On 2015 Jun 26, Donald Forsdyke commented:

In the light of new reviews (Zhang J, 2015 and Forsdyke DR, 2015), the following email to the senior author (Feb 6 2013) may be of interest:

'I was delighted to see a new paper from your laboratory in this week’s PNAS Early Edition Park C, 2013 and, as expected, it did not disappoint me. The convergence of our thinking can be seen in the earlier emails and the attached articles on "Functional Constraint" (ELS where I squeezed in a last-minute reference to your work) and on "Collective Gene Functions" (BioEssays).
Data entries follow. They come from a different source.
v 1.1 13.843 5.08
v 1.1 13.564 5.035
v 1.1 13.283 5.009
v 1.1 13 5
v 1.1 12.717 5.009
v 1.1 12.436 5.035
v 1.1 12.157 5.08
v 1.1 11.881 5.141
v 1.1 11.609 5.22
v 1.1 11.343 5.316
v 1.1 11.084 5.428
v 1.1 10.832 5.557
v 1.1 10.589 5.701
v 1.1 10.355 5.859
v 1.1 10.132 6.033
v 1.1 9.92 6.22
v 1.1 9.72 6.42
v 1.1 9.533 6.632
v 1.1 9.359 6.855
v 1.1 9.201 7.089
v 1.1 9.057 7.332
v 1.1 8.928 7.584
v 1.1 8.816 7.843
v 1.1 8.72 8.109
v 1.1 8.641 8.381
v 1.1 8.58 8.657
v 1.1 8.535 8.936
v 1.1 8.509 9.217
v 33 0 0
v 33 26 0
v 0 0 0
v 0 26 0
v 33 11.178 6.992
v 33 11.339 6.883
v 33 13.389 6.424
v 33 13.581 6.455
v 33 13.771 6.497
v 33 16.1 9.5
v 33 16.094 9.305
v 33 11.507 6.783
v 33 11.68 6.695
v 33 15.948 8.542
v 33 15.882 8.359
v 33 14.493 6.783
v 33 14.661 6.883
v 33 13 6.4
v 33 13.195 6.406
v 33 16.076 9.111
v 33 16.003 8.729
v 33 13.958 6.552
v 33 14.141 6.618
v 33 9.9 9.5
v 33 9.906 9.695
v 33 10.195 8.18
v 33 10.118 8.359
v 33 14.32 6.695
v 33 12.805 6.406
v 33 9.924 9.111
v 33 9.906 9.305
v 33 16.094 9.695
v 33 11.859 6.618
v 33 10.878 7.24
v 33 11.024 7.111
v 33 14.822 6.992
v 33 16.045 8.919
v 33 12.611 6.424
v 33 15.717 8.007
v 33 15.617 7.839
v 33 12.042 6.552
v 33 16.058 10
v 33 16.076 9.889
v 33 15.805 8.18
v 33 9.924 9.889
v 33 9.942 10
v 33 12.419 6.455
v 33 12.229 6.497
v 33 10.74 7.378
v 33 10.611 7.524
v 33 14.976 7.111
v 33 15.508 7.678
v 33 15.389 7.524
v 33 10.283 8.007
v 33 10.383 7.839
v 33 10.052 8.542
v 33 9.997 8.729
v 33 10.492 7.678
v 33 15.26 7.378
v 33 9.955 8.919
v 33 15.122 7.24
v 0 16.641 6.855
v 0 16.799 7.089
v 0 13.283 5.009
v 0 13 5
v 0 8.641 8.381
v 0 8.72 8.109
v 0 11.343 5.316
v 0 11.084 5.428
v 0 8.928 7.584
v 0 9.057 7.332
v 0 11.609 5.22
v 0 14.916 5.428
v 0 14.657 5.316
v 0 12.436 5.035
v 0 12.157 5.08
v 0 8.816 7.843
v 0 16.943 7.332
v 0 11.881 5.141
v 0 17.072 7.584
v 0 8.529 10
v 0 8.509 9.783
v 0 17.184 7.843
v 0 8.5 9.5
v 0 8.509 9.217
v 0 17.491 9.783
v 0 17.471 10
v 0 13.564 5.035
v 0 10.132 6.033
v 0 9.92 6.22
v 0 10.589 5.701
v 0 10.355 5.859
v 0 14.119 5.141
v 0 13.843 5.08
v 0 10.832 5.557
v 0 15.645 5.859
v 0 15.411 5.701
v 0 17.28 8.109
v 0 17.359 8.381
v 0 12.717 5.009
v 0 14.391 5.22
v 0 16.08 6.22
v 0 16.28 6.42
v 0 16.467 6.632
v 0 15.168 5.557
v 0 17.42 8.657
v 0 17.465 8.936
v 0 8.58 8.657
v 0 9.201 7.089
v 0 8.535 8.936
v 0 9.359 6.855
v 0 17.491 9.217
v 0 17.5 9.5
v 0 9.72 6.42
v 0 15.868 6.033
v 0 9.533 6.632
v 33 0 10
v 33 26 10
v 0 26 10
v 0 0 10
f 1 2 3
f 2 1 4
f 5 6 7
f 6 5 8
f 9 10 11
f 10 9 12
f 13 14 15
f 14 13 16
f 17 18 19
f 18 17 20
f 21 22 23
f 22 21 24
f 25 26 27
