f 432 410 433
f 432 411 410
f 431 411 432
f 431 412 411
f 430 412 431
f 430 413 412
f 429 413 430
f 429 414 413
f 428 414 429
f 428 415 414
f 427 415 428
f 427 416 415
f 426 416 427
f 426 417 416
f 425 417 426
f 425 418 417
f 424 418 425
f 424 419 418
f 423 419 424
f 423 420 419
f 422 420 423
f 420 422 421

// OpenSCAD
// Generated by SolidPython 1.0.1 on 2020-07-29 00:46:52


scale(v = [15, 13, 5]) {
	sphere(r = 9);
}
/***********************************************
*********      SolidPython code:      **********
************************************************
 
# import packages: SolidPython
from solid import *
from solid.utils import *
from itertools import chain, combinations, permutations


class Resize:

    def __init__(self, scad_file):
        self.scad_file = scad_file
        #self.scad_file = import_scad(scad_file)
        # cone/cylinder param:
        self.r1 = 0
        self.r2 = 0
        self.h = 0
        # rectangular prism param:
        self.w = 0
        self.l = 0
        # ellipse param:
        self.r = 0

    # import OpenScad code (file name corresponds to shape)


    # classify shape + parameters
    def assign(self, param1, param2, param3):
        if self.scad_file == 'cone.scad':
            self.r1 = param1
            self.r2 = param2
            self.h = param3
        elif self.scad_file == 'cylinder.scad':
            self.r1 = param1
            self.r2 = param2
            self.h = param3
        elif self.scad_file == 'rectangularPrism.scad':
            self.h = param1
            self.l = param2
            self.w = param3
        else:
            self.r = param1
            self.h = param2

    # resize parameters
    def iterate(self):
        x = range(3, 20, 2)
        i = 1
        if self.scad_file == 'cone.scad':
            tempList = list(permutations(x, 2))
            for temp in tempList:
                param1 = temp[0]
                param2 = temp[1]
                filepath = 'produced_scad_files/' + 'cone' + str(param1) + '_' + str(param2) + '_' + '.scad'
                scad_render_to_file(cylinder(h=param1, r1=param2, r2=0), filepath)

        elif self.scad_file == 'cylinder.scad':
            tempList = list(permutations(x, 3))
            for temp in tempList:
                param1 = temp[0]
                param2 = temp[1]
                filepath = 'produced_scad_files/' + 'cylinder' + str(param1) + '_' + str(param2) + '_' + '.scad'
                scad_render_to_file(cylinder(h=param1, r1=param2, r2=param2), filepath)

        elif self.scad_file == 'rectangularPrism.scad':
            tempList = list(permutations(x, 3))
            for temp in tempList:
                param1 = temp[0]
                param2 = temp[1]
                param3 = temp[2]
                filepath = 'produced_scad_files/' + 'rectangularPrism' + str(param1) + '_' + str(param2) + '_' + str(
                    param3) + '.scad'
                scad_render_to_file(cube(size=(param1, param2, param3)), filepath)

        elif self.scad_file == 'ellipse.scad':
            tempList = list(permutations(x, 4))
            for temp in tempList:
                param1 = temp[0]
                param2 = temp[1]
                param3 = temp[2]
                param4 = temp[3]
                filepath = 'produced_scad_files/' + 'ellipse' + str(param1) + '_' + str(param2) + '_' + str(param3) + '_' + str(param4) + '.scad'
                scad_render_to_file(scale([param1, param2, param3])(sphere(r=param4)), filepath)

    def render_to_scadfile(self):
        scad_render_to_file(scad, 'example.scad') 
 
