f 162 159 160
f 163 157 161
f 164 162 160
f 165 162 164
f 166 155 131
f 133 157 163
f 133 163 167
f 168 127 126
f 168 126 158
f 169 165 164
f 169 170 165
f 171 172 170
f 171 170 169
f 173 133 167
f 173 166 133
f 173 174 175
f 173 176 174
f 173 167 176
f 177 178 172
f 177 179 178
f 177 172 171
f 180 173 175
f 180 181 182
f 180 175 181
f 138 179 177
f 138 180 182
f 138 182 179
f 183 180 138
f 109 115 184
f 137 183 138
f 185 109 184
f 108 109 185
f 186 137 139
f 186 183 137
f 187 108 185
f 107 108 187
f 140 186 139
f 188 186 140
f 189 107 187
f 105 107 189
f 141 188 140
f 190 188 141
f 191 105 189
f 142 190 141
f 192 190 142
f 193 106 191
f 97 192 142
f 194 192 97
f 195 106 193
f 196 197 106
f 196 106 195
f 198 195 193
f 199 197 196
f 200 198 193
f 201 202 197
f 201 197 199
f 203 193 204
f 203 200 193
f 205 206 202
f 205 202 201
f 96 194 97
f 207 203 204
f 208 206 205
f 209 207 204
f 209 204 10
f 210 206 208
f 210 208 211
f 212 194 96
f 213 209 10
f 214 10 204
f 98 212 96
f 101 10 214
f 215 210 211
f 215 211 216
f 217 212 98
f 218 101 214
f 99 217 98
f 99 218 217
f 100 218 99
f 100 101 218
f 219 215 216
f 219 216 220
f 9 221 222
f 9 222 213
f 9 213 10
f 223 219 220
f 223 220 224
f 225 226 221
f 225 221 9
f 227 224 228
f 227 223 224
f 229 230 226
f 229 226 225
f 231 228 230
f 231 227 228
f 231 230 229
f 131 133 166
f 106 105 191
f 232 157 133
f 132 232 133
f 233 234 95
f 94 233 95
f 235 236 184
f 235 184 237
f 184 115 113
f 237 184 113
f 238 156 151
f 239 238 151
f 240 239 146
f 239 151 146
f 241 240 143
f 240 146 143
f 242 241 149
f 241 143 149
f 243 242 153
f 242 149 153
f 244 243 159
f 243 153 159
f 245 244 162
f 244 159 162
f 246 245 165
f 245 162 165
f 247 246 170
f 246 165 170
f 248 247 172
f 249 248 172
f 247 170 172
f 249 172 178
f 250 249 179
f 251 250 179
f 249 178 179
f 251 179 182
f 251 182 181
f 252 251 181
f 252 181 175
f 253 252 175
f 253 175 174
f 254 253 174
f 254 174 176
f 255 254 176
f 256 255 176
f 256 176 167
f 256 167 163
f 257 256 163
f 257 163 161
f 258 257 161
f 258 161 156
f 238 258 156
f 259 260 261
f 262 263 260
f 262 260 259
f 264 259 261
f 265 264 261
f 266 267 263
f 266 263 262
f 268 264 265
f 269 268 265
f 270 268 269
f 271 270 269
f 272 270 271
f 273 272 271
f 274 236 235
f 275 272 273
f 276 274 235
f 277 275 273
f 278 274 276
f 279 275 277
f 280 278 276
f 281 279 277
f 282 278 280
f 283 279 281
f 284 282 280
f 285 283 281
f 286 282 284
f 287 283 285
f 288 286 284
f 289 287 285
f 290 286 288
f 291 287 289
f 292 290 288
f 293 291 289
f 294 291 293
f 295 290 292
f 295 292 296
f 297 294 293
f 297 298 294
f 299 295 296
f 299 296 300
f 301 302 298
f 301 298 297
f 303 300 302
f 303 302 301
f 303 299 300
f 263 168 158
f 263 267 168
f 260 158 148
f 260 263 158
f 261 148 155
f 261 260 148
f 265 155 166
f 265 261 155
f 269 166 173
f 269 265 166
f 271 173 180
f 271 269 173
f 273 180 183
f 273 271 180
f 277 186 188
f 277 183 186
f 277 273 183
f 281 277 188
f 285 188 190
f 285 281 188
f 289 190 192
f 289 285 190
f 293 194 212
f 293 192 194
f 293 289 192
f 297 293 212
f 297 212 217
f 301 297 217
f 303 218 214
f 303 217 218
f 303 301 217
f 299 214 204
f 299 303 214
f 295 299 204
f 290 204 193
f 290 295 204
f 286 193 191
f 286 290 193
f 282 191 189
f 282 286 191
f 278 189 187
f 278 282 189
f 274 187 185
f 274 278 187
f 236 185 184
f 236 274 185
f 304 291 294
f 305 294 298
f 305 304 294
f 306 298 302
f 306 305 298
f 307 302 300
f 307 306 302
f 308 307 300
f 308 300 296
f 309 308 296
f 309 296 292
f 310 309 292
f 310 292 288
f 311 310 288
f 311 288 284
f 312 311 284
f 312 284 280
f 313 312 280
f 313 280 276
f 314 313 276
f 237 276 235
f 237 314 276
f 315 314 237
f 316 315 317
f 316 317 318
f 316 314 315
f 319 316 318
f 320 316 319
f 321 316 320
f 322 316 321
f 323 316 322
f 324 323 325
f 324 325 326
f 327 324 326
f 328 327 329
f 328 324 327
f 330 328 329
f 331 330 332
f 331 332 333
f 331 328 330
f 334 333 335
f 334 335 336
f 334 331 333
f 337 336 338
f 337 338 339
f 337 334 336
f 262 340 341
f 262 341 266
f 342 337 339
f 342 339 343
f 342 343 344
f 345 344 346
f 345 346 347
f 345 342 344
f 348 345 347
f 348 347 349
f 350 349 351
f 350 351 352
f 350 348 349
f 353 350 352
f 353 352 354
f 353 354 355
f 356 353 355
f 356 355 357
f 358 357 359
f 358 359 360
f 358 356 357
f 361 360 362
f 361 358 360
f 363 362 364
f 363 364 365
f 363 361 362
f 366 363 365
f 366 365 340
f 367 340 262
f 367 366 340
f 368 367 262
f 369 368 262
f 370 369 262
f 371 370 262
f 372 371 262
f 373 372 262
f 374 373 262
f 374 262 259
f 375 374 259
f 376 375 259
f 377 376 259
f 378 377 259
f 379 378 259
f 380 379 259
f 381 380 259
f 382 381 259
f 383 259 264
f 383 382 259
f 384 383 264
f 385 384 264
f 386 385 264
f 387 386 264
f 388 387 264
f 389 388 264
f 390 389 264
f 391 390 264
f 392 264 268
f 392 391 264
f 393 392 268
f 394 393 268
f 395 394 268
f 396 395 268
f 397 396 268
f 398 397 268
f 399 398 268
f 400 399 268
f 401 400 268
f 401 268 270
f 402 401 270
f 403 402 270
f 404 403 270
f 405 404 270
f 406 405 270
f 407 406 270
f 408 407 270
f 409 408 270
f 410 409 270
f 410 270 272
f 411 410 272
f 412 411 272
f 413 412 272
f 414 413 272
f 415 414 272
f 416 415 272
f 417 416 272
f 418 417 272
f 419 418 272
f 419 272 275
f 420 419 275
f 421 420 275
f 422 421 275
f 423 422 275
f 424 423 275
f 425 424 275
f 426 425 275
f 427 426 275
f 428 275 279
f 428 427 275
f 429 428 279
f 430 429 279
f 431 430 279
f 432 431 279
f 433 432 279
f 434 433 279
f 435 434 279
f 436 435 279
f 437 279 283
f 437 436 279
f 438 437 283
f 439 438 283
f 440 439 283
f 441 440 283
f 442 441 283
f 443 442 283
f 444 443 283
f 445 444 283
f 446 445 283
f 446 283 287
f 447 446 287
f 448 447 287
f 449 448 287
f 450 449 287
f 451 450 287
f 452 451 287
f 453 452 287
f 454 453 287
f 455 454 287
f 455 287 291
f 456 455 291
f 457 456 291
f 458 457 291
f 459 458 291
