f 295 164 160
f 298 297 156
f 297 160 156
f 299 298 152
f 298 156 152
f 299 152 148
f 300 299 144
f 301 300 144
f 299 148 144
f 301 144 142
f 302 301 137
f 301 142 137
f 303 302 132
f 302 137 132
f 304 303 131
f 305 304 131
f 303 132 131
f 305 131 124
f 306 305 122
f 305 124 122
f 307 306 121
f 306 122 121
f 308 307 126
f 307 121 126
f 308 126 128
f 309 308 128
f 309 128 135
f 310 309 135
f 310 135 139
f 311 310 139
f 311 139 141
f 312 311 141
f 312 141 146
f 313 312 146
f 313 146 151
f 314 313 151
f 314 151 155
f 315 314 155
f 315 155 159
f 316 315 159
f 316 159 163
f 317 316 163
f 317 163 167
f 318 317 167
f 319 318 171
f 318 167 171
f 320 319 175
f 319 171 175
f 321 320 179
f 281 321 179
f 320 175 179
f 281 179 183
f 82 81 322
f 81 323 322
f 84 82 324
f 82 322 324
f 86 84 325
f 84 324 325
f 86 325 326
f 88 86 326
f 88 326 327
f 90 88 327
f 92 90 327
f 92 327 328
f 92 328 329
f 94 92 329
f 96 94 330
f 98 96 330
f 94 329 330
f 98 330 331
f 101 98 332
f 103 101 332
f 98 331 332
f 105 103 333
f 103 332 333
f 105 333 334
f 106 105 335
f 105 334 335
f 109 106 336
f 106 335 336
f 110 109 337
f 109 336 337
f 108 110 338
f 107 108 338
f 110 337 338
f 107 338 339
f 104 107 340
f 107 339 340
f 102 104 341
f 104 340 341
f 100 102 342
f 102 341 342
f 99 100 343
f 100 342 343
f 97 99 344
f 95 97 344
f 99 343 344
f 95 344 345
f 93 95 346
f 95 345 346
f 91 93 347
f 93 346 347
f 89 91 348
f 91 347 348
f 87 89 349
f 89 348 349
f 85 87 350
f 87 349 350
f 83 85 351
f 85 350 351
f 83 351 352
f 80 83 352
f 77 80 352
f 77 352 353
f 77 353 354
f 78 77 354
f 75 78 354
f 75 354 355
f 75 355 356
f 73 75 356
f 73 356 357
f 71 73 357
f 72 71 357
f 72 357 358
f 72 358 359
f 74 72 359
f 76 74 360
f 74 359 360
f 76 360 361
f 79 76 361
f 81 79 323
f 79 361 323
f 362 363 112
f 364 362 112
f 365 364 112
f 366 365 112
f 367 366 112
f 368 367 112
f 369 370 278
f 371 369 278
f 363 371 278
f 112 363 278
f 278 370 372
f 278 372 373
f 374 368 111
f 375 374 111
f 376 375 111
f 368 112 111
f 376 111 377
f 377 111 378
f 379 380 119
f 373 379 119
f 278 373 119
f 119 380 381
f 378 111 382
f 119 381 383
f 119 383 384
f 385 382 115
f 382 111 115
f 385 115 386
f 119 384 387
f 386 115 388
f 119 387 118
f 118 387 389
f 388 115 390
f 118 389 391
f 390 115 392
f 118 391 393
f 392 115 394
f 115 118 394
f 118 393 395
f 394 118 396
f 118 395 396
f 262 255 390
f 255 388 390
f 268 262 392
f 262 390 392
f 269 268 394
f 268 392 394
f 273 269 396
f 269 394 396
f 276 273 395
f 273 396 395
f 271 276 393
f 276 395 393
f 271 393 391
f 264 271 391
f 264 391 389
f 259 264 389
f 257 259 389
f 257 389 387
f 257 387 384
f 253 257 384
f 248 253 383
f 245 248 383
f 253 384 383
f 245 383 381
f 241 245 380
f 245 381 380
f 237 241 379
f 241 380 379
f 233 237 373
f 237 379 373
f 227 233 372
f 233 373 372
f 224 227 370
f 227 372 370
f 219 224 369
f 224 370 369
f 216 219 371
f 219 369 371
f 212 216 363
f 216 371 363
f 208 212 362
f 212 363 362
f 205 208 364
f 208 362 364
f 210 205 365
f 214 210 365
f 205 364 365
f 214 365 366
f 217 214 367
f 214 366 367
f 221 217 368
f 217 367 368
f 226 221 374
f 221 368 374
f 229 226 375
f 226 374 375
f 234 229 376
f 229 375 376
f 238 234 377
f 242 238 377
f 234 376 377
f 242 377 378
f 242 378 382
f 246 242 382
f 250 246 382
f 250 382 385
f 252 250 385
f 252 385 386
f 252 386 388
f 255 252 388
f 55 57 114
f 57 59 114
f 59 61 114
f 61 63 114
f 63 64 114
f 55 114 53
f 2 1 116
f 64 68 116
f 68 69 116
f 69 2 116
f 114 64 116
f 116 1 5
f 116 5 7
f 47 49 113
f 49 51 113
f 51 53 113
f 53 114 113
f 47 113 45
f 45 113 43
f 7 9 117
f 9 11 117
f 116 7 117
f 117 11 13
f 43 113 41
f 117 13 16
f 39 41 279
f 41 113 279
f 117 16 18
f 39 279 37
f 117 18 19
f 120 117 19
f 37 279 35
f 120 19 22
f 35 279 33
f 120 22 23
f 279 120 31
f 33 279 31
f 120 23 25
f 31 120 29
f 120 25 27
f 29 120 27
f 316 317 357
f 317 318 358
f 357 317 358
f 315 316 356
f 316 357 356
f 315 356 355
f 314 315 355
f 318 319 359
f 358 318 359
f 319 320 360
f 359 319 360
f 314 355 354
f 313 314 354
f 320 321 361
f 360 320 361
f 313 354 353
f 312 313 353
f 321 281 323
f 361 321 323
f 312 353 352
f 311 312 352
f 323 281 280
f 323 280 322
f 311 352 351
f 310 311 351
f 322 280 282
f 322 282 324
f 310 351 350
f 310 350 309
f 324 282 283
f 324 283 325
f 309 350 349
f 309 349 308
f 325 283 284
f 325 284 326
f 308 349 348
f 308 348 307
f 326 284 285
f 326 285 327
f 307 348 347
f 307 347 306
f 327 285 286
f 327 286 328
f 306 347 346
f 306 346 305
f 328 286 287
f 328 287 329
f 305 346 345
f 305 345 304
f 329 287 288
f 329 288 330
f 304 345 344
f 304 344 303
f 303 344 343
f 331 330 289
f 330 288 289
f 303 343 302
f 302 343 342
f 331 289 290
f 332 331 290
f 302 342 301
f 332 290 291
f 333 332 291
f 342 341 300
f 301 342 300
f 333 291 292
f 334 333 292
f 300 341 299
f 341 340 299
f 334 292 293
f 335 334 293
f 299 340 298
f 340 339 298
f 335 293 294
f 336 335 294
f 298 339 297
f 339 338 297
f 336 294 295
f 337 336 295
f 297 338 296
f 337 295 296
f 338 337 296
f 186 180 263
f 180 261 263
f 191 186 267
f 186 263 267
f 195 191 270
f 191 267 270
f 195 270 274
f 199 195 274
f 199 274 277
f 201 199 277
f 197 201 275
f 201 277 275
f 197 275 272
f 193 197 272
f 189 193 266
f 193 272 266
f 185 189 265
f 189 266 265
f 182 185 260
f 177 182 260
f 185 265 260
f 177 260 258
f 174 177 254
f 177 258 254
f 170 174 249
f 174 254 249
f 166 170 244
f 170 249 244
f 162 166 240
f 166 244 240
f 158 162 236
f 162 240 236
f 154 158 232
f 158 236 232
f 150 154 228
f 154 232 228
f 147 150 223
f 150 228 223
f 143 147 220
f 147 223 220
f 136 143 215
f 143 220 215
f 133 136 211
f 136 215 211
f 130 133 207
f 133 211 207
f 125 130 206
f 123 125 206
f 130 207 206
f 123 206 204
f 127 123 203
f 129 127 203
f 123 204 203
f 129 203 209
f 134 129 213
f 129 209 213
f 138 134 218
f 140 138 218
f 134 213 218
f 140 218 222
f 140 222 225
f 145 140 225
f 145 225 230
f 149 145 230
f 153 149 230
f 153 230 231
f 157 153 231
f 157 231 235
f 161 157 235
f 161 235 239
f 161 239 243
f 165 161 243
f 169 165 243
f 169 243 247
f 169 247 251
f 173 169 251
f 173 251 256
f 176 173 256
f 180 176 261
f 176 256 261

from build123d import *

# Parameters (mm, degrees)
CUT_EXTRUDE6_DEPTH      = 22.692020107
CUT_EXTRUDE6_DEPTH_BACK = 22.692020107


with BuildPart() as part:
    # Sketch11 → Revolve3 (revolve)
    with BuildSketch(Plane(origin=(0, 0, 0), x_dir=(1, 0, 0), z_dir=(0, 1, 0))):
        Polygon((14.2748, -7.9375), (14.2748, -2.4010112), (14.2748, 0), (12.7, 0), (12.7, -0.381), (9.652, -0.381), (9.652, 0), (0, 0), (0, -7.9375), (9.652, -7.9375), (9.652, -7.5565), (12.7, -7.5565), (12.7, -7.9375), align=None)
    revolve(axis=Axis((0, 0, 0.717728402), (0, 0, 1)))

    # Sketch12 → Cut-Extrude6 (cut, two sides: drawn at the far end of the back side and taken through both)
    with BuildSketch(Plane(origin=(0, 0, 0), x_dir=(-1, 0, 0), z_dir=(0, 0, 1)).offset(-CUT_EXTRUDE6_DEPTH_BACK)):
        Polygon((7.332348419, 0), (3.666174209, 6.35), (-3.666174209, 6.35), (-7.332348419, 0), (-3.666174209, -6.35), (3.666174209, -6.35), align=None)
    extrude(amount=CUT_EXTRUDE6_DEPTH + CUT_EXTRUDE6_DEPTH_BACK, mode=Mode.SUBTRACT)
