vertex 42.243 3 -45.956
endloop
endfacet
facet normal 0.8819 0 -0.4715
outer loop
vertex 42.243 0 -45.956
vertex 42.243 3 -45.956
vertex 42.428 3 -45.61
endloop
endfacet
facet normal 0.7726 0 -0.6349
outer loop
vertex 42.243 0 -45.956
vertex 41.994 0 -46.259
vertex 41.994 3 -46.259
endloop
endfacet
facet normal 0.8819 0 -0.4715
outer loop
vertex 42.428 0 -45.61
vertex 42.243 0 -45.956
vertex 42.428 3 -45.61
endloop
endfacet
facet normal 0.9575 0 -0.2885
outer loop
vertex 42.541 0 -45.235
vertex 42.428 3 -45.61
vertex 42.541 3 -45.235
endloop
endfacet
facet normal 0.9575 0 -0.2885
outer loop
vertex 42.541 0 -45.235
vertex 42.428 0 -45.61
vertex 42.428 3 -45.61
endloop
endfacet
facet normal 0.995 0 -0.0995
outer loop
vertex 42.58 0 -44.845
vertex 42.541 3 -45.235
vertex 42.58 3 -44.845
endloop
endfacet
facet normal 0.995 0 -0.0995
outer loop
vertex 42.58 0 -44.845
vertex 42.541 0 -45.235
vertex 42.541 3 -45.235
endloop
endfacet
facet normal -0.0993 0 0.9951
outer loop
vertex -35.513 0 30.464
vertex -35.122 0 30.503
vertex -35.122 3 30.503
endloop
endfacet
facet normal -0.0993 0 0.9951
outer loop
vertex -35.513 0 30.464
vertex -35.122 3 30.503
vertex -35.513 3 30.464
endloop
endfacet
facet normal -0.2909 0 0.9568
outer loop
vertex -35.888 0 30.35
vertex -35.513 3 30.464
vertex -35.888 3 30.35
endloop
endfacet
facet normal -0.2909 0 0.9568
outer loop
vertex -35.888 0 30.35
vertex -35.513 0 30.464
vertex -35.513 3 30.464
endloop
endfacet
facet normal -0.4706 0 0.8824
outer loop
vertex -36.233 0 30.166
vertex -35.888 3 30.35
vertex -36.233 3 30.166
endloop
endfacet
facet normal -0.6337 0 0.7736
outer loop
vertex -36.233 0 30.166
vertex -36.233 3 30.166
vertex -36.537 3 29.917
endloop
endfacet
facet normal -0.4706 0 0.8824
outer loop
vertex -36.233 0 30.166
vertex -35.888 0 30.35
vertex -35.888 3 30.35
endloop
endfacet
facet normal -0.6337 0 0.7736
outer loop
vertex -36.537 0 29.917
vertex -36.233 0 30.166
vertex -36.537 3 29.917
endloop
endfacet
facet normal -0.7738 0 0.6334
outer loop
Since I differ from you and your coauthors in some current interpretations, I hope you will not mind my again offering comments, which I hope will be helpful.

1. I think you would agree that your statement "Amino acid substitutions are slower as the mRNA folding strength increases" could be restated as "Amino acid substitutions are faster as the mRNA folding strength decreases". The latter was the main observation of my paper in Molecular Biology and Evolution (1995 12, 1157-1165, http://post.queensu.ca/~forsdyke/introns.htm). In other words, under strong Darwinian positive selection (high dN), amino acid substitutions (codon changes) primarily serve the needs of protein function, rather than of nucleic acid structure. When the protein is conserved (evolving slowly) then the needs of nucleic acid structure are more readily accommodated. This approach can even be used to assay positive Darwinian selection (see Immunogenetics 1996 43, 182-189, http://post.queensu.ca/~forsdyke/introns.htm). The point was recently reiterated (see J. Biol. Systems 2007 15, 95-108, http://post.queensu.ca/~forsdyke/speciat3.htm).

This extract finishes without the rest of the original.